*Exercise requirements*. In the entries below, find the string "mode" and return each line holding it.
= = =
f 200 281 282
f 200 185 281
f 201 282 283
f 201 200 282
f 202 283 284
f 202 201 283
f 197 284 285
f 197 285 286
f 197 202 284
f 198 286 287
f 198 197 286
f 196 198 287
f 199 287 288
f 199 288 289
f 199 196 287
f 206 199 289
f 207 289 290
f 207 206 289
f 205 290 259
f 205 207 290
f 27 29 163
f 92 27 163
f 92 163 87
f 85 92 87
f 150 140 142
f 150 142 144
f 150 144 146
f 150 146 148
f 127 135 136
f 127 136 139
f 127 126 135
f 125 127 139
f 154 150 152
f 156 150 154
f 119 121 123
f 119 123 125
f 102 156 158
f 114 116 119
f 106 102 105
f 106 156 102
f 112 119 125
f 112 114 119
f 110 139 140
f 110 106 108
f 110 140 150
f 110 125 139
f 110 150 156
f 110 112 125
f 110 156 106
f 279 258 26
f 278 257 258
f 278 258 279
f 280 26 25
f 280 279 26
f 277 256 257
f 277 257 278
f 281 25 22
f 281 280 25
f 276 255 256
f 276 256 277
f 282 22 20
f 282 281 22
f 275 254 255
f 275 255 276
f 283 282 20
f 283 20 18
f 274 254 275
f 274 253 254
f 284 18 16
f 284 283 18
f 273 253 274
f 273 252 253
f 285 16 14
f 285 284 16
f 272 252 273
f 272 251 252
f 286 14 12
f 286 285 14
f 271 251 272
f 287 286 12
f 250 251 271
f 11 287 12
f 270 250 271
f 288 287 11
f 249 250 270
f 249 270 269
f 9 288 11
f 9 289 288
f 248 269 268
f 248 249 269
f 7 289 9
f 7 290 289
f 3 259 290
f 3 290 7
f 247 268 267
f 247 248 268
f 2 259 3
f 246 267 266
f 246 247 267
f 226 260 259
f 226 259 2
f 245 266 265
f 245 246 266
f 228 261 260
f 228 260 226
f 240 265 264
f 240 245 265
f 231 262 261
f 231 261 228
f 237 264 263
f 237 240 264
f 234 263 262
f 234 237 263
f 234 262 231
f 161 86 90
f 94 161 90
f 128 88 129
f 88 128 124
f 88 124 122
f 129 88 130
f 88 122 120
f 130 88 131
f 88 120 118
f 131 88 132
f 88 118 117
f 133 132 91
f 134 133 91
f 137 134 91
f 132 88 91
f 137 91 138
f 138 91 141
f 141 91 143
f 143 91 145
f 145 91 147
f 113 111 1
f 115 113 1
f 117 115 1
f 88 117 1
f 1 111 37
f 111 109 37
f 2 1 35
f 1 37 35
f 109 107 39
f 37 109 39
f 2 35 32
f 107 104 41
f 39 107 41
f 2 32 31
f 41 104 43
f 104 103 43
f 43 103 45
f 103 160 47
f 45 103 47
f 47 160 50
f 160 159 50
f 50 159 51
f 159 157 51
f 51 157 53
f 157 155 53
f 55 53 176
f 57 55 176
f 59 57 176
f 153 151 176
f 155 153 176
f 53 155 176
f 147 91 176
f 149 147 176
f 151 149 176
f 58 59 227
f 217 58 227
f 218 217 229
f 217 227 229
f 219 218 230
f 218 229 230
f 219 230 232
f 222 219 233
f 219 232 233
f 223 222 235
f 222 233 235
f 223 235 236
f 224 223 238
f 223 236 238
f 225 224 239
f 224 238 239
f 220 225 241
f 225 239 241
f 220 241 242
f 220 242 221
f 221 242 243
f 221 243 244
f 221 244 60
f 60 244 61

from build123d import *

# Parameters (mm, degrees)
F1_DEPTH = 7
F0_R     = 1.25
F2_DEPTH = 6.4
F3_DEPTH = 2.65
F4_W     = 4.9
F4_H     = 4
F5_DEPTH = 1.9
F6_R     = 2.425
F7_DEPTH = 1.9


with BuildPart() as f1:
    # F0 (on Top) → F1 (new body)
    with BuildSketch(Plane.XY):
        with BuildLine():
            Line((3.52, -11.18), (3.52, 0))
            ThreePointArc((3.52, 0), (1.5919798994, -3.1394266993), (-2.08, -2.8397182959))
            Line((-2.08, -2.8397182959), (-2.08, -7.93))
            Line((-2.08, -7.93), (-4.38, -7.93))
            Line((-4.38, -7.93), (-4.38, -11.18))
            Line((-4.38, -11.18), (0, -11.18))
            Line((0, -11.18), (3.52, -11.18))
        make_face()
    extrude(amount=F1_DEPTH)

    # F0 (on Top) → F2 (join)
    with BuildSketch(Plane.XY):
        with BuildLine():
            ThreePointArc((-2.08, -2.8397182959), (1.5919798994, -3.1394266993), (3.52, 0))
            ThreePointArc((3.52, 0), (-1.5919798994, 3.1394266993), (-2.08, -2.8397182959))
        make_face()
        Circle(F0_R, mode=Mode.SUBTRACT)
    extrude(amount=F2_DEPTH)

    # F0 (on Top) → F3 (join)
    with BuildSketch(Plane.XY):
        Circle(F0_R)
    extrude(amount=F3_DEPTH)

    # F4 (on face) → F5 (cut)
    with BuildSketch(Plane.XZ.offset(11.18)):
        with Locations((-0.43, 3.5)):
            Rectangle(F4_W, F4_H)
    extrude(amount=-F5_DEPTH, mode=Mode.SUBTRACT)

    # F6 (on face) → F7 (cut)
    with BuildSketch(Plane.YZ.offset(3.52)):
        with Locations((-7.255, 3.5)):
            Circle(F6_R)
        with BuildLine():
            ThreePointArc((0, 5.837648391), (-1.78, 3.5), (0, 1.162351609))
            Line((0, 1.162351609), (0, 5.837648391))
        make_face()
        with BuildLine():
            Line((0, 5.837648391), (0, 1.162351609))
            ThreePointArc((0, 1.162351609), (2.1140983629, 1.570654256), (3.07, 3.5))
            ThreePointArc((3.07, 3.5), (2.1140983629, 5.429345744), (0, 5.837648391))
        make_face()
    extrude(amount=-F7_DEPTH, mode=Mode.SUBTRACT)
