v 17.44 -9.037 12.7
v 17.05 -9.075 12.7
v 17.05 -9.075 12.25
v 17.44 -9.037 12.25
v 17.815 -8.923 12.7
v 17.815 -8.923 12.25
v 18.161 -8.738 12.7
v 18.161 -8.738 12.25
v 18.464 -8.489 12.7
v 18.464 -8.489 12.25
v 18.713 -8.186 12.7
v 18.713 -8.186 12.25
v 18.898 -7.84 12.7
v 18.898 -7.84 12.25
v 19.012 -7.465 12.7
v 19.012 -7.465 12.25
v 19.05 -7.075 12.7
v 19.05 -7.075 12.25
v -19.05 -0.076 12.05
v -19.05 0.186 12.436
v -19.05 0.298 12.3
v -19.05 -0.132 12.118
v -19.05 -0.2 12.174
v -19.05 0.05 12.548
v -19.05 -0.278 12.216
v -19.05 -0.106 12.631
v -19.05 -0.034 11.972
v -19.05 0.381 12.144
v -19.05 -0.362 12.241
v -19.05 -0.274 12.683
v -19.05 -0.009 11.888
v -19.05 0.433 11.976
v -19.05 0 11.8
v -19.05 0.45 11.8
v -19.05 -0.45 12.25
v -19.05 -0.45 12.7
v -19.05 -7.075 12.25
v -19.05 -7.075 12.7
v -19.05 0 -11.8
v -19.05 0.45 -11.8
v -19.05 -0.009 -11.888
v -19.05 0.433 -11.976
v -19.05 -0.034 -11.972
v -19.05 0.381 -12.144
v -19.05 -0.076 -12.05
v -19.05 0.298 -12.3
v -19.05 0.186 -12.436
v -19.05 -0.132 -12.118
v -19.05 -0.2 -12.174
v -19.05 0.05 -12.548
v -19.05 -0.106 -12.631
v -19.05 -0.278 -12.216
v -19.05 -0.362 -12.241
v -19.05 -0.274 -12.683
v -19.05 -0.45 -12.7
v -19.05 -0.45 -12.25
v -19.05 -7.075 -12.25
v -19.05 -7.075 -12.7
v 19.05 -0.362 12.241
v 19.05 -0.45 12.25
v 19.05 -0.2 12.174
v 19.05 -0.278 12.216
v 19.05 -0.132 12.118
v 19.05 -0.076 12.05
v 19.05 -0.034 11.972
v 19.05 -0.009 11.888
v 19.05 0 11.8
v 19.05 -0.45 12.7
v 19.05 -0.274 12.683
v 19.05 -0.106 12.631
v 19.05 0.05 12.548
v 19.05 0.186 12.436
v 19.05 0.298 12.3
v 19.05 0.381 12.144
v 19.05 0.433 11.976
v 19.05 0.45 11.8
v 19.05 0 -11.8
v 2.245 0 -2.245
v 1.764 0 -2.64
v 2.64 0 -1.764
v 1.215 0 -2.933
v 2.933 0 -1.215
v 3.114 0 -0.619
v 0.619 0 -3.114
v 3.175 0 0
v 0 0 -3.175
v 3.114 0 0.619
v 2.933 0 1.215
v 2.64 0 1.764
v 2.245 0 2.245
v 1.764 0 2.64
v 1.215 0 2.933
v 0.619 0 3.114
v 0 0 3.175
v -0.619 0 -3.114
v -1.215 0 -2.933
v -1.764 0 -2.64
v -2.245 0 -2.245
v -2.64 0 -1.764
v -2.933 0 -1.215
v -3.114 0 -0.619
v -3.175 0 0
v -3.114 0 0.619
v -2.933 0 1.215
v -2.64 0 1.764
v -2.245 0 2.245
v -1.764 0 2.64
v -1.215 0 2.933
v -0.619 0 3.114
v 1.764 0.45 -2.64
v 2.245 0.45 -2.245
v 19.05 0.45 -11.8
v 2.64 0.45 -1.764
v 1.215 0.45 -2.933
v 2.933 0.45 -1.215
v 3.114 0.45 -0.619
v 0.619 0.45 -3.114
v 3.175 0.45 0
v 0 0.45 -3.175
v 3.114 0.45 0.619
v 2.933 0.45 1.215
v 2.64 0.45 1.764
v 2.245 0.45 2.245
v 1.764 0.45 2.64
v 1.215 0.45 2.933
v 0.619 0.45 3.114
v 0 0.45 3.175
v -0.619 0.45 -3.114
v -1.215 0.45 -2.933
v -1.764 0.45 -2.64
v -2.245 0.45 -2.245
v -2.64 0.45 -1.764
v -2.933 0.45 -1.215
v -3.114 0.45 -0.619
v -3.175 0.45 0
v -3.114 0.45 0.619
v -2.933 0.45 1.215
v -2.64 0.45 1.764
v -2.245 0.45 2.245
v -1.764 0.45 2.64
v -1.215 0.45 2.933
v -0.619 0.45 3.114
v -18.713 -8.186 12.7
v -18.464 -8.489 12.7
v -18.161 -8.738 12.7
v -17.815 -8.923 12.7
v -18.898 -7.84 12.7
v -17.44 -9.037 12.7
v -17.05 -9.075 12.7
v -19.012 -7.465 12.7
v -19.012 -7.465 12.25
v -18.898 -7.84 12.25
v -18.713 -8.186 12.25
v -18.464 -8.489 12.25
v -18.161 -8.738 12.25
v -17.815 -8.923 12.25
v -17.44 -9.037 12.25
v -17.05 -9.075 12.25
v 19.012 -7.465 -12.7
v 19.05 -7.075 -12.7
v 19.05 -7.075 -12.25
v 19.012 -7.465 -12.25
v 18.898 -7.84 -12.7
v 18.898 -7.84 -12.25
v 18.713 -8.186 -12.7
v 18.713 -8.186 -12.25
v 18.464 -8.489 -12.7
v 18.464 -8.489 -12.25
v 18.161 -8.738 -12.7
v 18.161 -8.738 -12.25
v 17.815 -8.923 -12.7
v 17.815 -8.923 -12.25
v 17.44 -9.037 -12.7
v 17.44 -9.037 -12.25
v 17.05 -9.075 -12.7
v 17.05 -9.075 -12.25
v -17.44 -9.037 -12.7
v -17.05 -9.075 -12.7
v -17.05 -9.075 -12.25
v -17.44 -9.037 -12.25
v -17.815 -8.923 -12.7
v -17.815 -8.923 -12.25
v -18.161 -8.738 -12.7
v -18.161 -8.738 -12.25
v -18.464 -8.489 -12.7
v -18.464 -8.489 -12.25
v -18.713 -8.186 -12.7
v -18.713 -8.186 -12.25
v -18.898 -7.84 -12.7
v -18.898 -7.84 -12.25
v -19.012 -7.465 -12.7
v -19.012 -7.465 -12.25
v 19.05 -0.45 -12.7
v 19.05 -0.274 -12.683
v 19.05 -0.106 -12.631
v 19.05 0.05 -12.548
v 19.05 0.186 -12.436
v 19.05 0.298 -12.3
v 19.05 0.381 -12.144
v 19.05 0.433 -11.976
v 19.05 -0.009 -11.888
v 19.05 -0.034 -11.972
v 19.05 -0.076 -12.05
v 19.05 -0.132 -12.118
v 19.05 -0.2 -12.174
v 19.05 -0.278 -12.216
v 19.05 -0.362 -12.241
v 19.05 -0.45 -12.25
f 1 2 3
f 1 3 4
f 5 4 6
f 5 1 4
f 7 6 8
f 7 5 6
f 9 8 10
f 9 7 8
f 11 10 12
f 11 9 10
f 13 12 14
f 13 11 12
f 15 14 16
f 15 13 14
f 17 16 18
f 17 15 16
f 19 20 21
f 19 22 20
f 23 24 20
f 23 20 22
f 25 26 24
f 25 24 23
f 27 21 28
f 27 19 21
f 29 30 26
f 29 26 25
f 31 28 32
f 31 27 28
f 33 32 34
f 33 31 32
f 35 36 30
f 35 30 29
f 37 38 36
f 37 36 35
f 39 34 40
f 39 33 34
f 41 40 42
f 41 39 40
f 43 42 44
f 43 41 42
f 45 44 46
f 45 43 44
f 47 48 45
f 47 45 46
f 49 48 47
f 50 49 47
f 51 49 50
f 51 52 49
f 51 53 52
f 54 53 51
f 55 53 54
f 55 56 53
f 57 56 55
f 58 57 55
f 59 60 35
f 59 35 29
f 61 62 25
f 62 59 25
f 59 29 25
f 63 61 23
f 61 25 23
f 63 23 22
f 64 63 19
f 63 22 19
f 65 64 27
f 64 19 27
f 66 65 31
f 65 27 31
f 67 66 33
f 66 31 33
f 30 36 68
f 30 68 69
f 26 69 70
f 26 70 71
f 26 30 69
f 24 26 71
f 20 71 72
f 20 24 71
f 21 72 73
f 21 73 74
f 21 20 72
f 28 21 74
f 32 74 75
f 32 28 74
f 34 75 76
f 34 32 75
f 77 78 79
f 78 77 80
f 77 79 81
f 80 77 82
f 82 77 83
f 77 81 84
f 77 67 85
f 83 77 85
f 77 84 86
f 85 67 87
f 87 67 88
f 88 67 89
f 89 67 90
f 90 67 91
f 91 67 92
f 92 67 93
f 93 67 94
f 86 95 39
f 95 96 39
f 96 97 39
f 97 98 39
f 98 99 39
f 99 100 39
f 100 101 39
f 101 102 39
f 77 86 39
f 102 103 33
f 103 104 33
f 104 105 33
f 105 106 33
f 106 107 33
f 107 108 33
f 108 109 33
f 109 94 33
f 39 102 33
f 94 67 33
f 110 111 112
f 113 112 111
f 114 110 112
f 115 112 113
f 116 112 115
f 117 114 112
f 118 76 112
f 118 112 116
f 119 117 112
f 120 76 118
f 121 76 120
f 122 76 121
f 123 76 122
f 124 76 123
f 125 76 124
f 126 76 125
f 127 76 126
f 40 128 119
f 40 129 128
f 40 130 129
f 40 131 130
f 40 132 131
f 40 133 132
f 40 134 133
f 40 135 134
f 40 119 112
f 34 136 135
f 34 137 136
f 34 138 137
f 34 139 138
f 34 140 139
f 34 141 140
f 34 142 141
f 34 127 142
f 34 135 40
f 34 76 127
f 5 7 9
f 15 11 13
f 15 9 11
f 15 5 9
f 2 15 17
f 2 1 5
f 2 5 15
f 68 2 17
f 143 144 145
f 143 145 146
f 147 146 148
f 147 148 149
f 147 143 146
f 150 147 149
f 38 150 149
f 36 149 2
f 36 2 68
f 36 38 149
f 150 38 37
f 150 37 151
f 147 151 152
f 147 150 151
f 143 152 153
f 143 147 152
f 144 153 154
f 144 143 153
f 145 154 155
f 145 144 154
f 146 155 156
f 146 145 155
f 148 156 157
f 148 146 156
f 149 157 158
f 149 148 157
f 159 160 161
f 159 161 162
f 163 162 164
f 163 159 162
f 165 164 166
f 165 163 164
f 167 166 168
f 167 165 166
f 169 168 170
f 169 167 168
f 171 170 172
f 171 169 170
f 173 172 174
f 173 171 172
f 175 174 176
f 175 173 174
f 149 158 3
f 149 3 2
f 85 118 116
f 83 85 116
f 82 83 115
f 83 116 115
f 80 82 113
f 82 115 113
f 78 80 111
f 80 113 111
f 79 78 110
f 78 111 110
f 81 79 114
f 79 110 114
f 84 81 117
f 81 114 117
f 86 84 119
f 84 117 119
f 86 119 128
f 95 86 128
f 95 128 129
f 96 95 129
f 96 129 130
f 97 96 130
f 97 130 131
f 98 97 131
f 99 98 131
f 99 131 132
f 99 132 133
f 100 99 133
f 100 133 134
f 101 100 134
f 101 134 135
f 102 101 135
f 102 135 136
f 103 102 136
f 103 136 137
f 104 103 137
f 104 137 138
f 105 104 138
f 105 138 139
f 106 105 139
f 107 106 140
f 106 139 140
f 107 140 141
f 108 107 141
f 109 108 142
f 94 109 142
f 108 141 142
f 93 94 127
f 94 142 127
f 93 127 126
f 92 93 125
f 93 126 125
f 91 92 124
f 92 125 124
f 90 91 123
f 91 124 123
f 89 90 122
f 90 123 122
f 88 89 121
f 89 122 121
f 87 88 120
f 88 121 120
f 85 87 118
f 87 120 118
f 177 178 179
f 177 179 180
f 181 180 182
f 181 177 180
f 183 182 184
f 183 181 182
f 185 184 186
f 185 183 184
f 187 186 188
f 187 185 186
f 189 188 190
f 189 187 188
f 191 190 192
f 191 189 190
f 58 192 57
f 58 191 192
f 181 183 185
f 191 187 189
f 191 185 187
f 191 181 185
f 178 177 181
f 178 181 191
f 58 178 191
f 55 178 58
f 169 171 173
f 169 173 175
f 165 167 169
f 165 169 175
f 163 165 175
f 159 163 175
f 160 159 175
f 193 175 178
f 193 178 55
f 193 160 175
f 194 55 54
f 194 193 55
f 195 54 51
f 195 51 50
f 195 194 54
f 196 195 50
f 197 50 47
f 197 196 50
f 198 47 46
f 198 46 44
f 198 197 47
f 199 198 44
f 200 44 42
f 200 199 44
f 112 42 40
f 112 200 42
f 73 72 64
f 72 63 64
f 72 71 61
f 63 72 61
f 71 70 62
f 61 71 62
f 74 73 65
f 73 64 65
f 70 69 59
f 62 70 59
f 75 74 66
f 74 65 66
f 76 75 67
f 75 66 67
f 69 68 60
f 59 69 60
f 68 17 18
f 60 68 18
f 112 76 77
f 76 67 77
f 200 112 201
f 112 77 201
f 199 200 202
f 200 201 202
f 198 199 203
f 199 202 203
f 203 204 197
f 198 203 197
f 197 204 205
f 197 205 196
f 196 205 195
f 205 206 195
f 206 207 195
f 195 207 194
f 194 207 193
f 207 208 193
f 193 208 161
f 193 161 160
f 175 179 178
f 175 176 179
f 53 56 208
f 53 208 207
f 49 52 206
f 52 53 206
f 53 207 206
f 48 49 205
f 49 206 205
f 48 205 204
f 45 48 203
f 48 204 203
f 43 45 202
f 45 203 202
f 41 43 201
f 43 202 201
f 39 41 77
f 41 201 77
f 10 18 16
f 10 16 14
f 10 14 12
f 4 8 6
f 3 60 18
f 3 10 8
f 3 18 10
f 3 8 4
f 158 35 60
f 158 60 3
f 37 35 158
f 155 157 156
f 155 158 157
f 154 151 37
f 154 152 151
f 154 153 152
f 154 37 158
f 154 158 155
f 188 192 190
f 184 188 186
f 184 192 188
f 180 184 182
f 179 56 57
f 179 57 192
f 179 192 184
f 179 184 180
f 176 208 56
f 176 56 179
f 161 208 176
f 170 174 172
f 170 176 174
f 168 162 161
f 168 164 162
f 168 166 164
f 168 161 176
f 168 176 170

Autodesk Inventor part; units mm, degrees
ref_plane "YZ Plane" through (0, 0, 0) normal (1, 0, 0) x (0, 1, 0)
ref_plane "XZ Plane" through (0, 0, 0) normal (0, 1, 0) x (-1, 0, 0)
ref_plane "XY Plane" through (0, 0, 0) normal (0, 0, 1) x (1, 0, 0)
sketch "Boceto1" plane through (0, 0, 0) normal (0, 1, 0) x (-1, 0, 0)
  line L0 (19.05, -12.7) -> (-19.05, -12.7)
  line L1 (-19.05, -12.7) -> (-19.05, 12.7)
  line L2 (-19.05, 12.7) -> (19.05, 12.7)
  line L3 (19.05, 12.7) -> (19.05, -12.7)
  line L4 (19.05, -12.7) -> (-19.05, 12.7) construction
  line L5 (-19.05, -12.7) -> (19.05, 12.7) construction
  point P0 (0, 0)
  dimension "d0" = 38.1
  dimension "d1" = 25.4
extrude "Placa1" add sketch "Boceto1" along normal blind 0.45
sketch "Boceto2" plane through (-19.05, 0.45, 12.25) normal (0, 0, 1) x (1, 0, 0)
  line L0 (38.1, 0) -> (0, 0)
  line L1 (0, 0) -> (0, -9.525)
  line L2 (0, -9.525) -> (38.1, -9.525)
  line L3 (38.1, -9.525) -> (38.1, 0)
edge flange "Pestaña1" height 9.525 angle 90 thickness 0.45 bend radius 0.45 thickness toward (0, 0, 1) relief tear relief width 0.45 relief depth 0.225 corner gap 0.45 corner form 0 edges at (0, 0, 12.7) (0, 0, -12.7) wall of the first edge with corners at (19.05, 0.45, 12.25) (-19.05, 0.45, 12.25) (-19.05, -9.075, 12.25) (19.05, -9.075, 12.25)
bend "Doblez1"
corner "Esquina1"
fillet "Empalme1" radius 2 4 edges at (19.05, -9.075, 12.475) (19.05, -9.075, -12.475) (-19.05, -9.075, 12.475) (-19.05, -9.075, -12.475)
sketch "Boceto3" plane through (0, 0.45, 0) normal (0, 1, 0) x (1, 0, 0)
  circle A0 centre (0, 0) radius 3.175
  dimension "d14" = 6.35
extrude "Cortar1" cut sketch "Boceto3" against normal blind 0.45
equation "\"d15\" = Grosor"
equation "\"d2\" = Grosor"
equation "\"d3\" = Anchura_desahogo_plegado"
equation "\"d4\" = Profundidad_desahogo_plegado"
equation "\"d5\" = Remanente_mínimo"
equation "\"d6\" = Radiodetransición"
equation "\"d9\" = Radio_pliegue"
equation "\"d10\" = Tamaño_destalonado"
equation "\"d11\" = TamañoSeparación"
equation "\"d12\" = Tamaño_de_radio_de_Jacobi"
equation "\"Radio_pliegue\" = Grosor"
equation "\"Anchura_desahogo_plegado\" = Grosor"
equation "\"Profundidad_desahogo_plegado\" = 0.5 * Grosor"
equation "\"Tamaño_destalonado\" = 4 * Grosor"
equation "\"Remanente_mínimo\" = 2 * Grosor"
equation "\"Radiodetransición\" = Radio_pliegue"
equation "\"Tamaño_de_radio_de_Jacobi\" = Radio_pliegue"
equation "\"TamañoSeparación\" = Grosor"
equation "\"Grosor\" = 0.45"
properties part number "guarda_conector_ceramico" material "Acero AISI 1006 85 LC"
= = =
*Result*.
        Circle(F0_R, mode=Mode.SUBTRACT)
    extrude(amount=-F5_DEPTH, mode=Mode.SUBTRACT)
    extrude(amount=-F7_DEPTH, mode=Mode.SUBTRACT)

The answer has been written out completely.